**LISTED ENTRIES:**
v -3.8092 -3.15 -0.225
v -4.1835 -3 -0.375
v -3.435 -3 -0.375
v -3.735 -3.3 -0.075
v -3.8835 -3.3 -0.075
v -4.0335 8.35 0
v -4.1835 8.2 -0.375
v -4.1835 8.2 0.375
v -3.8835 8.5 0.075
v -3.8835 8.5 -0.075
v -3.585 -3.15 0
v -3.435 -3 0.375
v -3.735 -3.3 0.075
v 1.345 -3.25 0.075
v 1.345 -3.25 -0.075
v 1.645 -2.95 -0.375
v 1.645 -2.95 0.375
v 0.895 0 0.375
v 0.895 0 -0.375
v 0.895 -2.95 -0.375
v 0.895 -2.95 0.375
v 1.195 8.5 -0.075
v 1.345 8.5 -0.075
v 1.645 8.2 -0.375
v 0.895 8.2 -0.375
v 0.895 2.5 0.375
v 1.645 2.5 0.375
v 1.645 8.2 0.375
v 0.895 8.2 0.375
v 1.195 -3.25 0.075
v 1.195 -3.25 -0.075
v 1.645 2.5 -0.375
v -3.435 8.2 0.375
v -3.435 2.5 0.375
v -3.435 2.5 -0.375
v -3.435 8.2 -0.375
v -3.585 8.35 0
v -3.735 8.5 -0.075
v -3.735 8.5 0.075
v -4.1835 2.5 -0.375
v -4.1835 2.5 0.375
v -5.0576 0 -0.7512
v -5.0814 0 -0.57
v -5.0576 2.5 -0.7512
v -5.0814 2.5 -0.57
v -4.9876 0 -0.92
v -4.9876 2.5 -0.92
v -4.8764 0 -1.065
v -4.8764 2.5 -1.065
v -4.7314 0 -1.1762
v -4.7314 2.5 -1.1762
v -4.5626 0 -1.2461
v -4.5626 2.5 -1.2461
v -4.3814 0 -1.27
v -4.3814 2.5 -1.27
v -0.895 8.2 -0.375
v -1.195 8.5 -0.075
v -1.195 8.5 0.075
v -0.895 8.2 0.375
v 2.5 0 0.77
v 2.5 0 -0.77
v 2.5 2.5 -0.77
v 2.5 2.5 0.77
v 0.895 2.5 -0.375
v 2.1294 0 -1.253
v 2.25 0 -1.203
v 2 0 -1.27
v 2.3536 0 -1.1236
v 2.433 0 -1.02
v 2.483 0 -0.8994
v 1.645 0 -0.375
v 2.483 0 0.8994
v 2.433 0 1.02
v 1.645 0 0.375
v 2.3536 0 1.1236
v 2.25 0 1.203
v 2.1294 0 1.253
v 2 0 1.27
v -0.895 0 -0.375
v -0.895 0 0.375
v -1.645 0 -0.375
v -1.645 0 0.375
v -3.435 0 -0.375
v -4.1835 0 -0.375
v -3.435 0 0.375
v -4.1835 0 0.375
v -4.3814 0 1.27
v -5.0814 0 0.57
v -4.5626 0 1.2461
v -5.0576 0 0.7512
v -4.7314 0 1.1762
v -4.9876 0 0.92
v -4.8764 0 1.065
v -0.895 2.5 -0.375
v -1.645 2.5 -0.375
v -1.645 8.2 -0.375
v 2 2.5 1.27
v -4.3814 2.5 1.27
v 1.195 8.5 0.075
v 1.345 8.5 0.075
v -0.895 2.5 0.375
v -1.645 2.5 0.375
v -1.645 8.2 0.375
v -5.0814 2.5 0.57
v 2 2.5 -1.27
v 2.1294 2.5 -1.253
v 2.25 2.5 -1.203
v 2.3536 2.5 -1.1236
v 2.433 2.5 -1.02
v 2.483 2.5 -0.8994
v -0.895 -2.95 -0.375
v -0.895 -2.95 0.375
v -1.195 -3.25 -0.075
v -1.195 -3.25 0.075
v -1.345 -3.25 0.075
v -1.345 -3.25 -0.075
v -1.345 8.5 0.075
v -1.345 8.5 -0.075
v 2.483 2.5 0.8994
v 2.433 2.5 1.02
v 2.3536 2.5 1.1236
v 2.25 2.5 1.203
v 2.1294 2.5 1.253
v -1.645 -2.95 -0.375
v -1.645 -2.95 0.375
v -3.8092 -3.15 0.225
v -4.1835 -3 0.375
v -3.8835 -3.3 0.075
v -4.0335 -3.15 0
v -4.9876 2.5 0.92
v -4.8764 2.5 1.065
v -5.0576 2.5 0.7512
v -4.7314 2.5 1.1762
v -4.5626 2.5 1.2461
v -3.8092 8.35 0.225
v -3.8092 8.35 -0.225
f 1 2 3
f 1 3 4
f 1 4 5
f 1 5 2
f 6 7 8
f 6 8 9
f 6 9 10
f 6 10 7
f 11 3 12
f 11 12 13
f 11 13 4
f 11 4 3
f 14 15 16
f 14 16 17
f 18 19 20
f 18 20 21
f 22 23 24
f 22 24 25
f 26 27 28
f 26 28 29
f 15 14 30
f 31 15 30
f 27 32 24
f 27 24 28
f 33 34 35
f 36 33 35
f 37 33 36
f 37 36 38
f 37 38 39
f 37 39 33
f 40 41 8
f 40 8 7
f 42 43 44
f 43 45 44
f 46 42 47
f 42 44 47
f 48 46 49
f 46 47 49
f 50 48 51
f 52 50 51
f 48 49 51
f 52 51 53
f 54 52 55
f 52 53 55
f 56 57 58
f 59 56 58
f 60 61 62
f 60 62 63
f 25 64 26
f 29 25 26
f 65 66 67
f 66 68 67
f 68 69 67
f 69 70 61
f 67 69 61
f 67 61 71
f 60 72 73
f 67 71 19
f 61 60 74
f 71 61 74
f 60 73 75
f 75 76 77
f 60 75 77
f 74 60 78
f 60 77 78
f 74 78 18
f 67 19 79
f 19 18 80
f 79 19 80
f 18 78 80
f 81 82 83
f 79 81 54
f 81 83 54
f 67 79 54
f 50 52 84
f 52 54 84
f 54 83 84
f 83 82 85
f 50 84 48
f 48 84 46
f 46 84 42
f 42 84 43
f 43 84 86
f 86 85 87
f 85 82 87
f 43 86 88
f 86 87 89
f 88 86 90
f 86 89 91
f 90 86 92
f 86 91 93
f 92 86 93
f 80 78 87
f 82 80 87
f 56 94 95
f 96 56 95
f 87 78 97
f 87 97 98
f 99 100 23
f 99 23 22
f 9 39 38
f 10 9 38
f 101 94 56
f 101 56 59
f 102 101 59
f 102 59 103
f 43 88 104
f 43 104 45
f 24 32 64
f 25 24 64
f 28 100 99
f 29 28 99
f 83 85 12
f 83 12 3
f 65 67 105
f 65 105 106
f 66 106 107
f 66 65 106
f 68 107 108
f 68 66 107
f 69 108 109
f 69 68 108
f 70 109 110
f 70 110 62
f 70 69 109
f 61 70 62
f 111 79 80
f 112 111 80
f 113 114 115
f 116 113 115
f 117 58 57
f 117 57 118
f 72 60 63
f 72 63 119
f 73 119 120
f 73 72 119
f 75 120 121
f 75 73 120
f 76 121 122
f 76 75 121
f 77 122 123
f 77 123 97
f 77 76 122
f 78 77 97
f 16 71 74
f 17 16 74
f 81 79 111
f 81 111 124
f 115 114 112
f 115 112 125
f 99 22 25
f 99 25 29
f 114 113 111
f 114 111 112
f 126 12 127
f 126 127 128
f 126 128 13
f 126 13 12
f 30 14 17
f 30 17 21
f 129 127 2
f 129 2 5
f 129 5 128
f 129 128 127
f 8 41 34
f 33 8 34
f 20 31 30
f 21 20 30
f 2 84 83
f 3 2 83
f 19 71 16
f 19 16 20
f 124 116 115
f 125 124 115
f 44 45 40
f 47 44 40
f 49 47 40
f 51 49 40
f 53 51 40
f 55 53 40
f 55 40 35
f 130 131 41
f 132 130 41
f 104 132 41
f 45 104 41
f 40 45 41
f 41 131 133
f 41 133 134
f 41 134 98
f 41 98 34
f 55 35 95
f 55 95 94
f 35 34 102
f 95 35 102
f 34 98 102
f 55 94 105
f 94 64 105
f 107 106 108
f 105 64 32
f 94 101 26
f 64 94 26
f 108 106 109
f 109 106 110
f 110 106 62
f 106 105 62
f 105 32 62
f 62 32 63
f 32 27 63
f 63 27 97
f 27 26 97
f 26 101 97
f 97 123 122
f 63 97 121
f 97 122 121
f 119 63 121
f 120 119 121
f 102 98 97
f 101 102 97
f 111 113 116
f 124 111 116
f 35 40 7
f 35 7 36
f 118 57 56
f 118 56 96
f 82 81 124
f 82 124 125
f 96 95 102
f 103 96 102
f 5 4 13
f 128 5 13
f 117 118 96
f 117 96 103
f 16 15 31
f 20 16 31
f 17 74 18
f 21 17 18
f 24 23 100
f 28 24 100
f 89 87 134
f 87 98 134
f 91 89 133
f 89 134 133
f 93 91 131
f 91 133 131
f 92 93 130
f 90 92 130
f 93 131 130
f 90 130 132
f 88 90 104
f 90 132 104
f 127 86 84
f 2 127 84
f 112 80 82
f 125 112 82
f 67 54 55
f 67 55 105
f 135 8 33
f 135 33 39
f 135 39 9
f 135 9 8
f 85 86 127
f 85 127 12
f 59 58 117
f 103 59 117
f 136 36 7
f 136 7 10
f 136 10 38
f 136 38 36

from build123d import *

# Parameters (mm, degrees)
BOSS_EXTRUDE1_DEPTH          = 2.5
SKETCH2_W                    = 0.75
SKETCH2_H                    = 0.75
BOSS_EXTRUDE2_DEPTH          = 8.5
BOSS_EXTRUDE2_DEPTH_BACK     = 3.25
CHAMFER1_SIZE                = 0.3
REDONDEO3_R                  = 0.7
CROQUIS5_W                   = 0.748499393
CROQUIS5_H                   = 0.75
SALIENTE_EXTRUIR4_DEPTH      = 5.7
SALIENTE_EXTRUIR4_DEPTH_BACK = 5.5
CROQUIS6_W                   = 0.748499393
CROQUIS6_H                   = 0.75
SALIENTE_EXTRUIR5_DEPTH      = 0.3
SALIENTE_EXTRUIR5_TAPER      = 45
CROQUIS7_W                   = 0.748499393
CROQUIS7_H                   = 0.75
SALIENTE_EXTRUIR6_DEPTH      = 0.3
SALIENTE_EXTRUIR6_TAPER      = 45


with BuildPart() as part:
    # Sketch1 → Boss-Extrude1 (new body)
    with BuildSketch(Plane(origin=(0, 0, 0), x_dir=(-1, 0, 0), z_dir=(0, 1, 0))):
        with BuildLine():
            Line((-2, 1.27), (2, 1.27))
            Line((2, 1.27), (4.545175415, 1.27))
            Line((4.545175415, 1.27), (5.081429124, 1.27))
            Line((5.081429124, 1.27), (5.081429124, -1.27))
            Line((5.081429124, -1.27), (4.545175415, -1.27))
            Line((4.545175415, -1.27), (2, -1.27))
            Line((2, -1.27), (-2, -1.27))
            ThreePointArc((-2, -1.27), (-2.353553391, -1.123553391), (-2.5, -0.77))
            Line((-2.5, -0.77), (-2.5, 0.77))
            ThreePointArc((-2.5, 0.77), (-2.353553391, 1.123553391), (-2, 1.27))
        make_face()
    extrude(amount=BOSS_EXTRUDE1_DEPTH)

    # Sketch2 → Boss-Extrude2 (add, two sides)
    with BuildSketch(Plane(origin=(0, 0, 0), x_dir=(-1, 0, 0), z_dir=(0, 1, 0))) as boss_extrude2_sk:
        with Locations((1.27, 0)):
            Rectangle(SKETCH2_W, SKETCH2_H)
        with Locations((-1.27, 0)):
            Rectangle(SKETCH2_W, SKETCH2_H)
    extrude(amount=BOSS_EXTRUDE2_DEPTH)
    extrude(boss_extrude2_sk.sketch, amount=-BOSS_EXTRUDE2_DEPTH_BACK)

    # Chamfer1
    chamfer1_edges = [part.edges().sort_by_distance(p)[0] for p in [
        (-0.895, -3.25, 0),
        (-1.27, -3.25, 0.375),
        (-1.645, -3.25, 0),
        (-1.27, -3.25, -0.375),
        (-0.895, 8.5, 0),
        (-1.27, 8.5, -0.375),
        (-1.645, 8.5, 0),
        (-1.27, 8.5, 0.375),
        (0.895, -3.25, 0),
        (1.27, -3.25, -0.375),
        (1.645, -3.25, 0),
        (1.27, -3.25, 0.375),
        (0.895, 8.5, 0),
        (1.27, 8.5, 0.375),
        (1.645, 8.5, 0),
        (1.27, 8.5, -0.375),
    ]]
    chamfer(chamfer1_edges, length=CHAMFER1_SIZE)

    # Redondeo3
    redondeo3_edges = [part.edges().sort_by_distance(p)[0] for p in [
        (-5.081429124, 1.25, 1.27),
        (-5.081429124, 1.25, -1.27),
    ]]
    fillet(redondeo3_edges, radius=REDONDEO3_R)

    # Croquis5 → Saliente-Extruir4 (add, two sides)
    with BuildSketch(Plane(origin=(0, 2.5, 0), x_dir=(1, 0, 0), z_dir=(0, 1, 0))) as saliente_extruir4_sk:
        with Locations((-3.809249697, 0)):
            Rectangle(CROQUIS5_W, CROQUIS5_H)
    extrude(amount=SALIENTE_EXTRUIR4_DEPTH)
    extrude(saliente_extruir4_sk.sketch, amount=-SALIENTE_EXTRUIR4_DEPTH_BACK)

    # Croquis6 → Saliente-Extruir5 (add)
    with BuildSketch(Plane(origin=(0, 8.2, 0), x_dir=(1, 0, 0), z_dir=(0, 1, 0))):
        with Locations((-3.809249697, 0)):
            Rectangle(CROQUIS6_W, CROQUIS6_H)
    extrude(amount=SALIENTE_EXTRUIR5_DEPTH, taper=SALIENTE_EXTRUIR5_TAPER)

    # Croquis7 → Saliente-Extruir6 (add)
    with BuildSketch(Plane.XZ.offset(3)):
        with Locations((-3.809249697, 0)):
            Rectangle(CROQUIS7_W, CROQUIS7_H)
    extrude(amount=SALIENTE_EXTRUIR6_DEPTH, taper=SALIENTE_EXTRUIR6_TAPER)


solid = part.part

**TASK REQUIREMENTS:**
Above are the records; from them, give again exactly the lines from the one containing "v 2.483 0 -0.8994" to the one containing "v -4.8764 2.5 1.065", both lines included, and nothing more.

**ANSWER:**
v 2.483 0 -0.8994
v 1.645 0 -0.375
v 2.483 0 0.8994
v 2.433 0 1.02
v 1.645 0 0.375
v 2.3536 0 1.1236
v 2.25 0 1.203
v 2.1294 0 1.253
v 2 0 1.27
v -0.895 0 -0.375
v -0.895 0 0.375
v -1.645 0 -0.375
v -1.645 0 0.375
v -3.435 0 -0.375
v -4.1835 0 -0.375
v -3.435 0 0.375
v -4.1835 0 0.375
v -4.3814 0 1.27
v -5.0814 0 0.57
v -4.5626 0 1.2461
v -5.0576 0 0.7512
v -4.7314 0 1.1762
v -4.9876 0 0.92
v -4.8764 0 1.065
v -0.895 2.5 -0.375
v -1.645 2.5 -0.375
v -1.645 8.2 -0.375
v 2 2.5 1.27
v -4.3814 2.5 1.27
v 1.195 8.5 0.075
v 1.345 8.5 0.075
v -0.895 2.5 0.375
v -1.645 2.5 0.375
v -1.645 8.2 0.375
v -5.0814 2.5 0.57
v 2 2.5 -1.27
v 2.1294 2.5 -1.253
v 2.25 2.5 -1.203
v 2.3536 2.5 -1.1236
v 2.433 2.5 -1.02
v 2.483 2.5 -0.8994
v -0.895 -2.95 -0.375
v -0.895 -2.95 0.375
v -1.195 -3.25 -0.075
v -1.195 -3.25 0.075
v -1.345 -3.25 0.075
v -1.345 -3.25 -0.075
v -1.345 8.5 0.075
v -1.345 8.5 -0.075
v 2.483 2.5 0.8994
v 2.433 2.5 1.02
v 2.3536 2.5 1.1236
v 2.25 2.5 1.203
v 2.1294 2.5 1.253
v -1.645 -2.95 -0.375
v -1.645 -2.95 0.375
v -3.8092 -3.15 0.225
v -4.1835 -3 0.375
v -3.8835 -3.3 0.075
v -4.0335 -3.15 0
v -4.9876 2.5 0.92
v -4.8764 2.5 1.065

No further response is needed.